• **MATERIALS PROVIDED**
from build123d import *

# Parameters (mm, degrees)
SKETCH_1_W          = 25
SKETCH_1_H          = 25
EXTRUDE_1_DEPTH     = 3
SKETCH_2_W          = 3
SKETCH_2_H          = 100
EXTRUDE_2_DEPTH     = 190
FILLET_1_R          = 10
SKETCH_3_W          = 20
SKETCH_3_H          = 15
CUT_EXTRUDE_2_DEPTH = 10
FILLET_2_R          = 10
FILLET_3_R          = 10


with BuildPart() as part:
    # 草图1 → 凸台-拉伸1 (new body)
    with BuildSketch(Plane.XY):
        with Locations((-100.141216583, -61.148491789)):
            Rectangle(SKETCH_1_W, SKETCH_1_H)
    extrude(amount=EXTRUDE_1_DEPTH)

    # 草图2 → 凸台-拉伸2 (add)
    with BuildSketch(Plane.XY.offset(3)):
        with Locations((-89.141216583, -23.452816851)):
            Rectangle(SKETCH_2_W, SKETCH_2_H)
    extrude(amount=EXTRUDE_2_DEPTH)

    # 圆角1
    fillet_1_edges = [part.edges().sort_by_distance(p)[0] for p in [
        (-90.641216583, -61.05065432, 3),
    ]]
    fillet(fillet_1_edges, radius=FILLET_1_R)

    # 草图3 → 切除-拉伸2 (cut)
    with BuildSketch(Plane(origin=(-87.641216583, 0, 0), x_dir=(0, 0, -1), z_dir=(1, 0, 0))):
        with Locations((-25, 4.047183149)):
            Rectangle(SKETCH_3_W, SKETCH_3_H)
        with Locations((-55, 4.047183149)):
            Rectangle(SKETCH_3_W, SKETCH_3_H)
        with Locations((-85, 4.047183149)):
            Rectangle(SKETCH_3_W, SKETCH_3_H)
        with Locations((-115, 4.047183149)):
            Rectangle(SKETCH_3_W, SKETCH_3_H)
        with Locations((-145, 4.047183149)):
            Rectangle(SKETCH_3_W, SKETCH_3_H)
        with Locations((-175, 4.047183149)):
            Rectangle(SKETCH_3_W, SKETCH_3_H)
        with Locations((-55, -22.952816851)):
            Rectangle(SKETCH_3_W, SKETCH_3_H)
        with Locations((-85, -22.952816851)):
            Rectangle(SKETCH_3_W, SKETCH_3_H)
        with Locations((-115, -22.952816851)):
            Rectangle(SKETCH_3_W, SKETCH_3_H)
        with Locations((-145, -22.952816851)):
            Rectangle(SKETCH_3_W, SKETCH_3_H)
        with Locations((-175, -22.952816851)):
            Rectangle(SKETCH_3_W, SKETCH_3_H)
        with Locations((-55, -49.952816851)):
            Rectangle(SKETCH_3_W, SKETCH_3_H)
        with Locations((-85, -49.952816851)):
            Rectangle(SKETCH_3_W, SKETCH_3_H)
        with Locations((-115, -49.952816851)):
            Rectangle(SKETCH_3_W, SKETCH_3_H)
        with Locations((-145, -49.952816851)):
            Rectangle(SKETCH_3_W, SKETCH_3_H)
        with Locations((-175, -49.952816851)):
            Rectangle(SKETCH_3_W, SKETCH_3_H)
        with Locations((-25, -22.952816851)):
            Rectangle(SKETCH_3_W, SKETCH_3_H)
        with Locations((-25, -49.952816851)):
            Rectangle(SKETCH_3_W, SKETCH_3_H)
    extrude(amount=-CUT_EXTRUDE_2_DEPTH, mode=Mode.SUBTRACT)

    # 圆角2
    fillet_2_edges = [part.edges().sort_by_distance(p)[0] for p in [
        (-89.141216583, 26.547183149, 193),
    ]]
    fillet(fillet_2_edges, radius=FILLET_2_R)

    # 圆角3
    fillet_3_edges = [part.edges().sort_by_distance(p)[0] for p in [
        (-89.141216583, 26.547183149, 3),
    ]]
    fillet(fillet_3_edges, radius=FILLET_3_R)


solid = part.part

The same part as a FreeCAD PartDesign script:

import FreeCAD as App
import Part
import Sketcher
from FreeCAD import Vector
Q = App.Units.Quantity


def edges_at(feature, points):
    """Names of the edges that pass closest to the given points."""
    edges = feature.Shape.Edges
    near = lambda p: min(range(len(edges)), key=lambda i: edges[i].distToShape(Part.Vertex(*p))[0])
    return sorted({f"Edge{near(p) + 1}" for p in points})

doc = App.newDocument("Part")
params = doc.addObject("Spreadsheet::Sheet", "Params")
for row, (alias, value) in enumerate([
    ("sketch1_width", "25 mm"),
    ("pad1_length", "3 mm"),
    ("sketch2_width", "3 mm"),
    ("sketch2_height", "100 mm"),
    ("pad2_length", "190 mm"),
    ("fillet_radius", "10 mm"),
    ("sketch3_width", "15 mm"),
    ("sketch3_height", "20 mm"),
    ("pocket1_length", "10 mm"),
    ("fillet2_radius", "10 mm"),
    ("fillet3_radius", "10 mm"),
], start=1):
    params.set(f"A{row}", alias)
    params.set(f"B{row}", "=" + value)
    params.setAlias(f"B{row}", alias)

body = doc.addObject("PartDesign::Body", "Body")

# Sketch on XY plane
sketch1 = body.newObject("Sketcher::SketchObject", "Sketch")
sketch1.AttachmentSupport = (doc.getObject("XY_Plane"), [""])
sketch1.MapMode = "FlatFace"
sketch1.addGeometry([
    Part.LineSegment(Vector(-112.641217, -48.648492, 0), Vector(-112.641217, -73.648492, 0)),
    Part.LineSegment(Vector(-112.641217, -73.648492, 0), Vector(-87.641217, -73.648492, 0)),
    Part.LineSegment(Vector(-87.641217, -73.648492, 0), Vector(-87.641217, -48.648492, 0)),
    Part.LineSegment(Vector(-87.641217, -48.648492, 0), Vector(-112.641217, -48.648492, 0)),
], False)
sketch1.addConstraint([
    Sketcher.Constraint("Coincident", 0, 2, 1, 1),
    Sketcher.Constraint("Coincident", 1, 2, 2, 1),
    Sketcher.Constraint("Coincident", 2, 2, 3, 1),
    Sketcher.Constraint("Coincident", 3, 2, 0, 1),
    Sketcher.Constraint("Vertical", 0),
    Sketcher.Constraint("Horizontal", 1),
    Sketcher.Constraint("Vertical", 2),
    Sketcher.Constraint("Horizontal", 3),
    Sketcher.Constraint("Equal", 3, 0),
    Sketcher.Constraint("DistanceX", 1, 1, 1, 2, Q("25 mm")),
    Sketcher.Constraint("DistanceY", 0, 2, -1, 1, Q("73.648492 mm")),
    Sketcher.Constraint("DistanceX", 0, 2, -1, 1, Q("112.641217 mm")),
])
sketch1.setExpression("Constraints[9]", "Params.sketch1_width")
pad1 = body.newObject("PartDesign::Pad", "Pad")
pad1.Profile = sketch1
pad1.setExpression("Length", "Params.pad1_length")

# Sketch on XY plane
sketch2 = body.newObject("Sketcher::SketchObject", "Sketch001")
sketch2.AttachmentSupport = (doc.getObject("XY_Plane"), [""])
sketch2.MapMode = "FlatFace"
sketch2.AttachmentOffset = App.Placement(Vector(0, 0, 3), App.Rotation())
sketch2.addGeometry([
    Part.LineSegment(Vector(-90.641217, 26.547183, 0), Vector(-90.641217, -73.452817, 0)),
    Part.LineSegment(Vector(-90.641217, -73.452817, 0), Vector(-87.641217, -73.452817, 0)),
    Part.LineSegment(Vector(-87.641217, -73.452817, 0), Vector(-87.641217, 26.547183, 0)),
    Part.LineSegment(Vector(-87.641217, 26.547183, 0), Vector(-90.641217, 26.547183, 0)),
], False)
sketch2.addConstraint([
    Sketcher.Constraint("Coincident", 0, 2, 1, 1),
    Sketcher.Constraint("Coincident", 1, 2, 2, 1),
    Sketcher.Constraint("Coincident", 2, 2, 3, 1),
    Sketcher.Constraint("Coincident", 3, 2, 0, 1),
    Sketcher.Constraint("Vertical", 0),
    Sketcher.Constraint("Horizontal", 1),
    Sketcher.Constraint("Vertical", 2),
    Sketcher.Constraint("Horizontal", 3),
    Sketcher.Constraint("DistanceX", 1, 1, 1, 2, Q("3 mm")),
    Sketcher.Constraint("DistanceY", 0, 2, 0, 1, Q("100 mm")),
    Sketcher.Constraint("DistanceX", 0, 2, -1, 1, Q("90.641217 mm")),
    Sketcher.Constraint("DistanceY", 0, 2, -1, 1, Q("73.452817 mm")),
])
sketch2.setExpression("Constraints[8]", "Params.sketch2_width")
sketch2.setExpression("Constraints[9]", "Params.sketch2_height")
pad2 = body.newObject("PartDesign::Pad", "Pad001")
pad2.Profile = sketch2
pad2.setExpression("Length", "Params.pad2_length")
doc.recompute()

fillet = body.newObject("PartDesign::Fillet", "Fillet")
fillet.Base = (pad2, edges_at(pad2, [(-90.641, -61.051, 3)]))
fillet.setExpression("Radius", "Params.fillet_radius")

• **YOUR GOAL**
Where the listing above has a line with "fillet(fillet_2_edges, radius=FILLET_2_R)", start there, and output every line exactly through the line with "The same part", which is also included.

• **WRITTEN SOLUTION**
    fillet(fillet_2_edges, radius=FILLET_2_R)

    # 圆角3
    fillet_3_edges = [part.edges().sort_by_distance(p)[0] for p in [
        (-89.141216583, 26.547183149, 3),
    ]]
    fillet(fillet_3_edges, radius=FILLET_3_R)


solid = part.part

The same part as a FreeCAD PartDesign script:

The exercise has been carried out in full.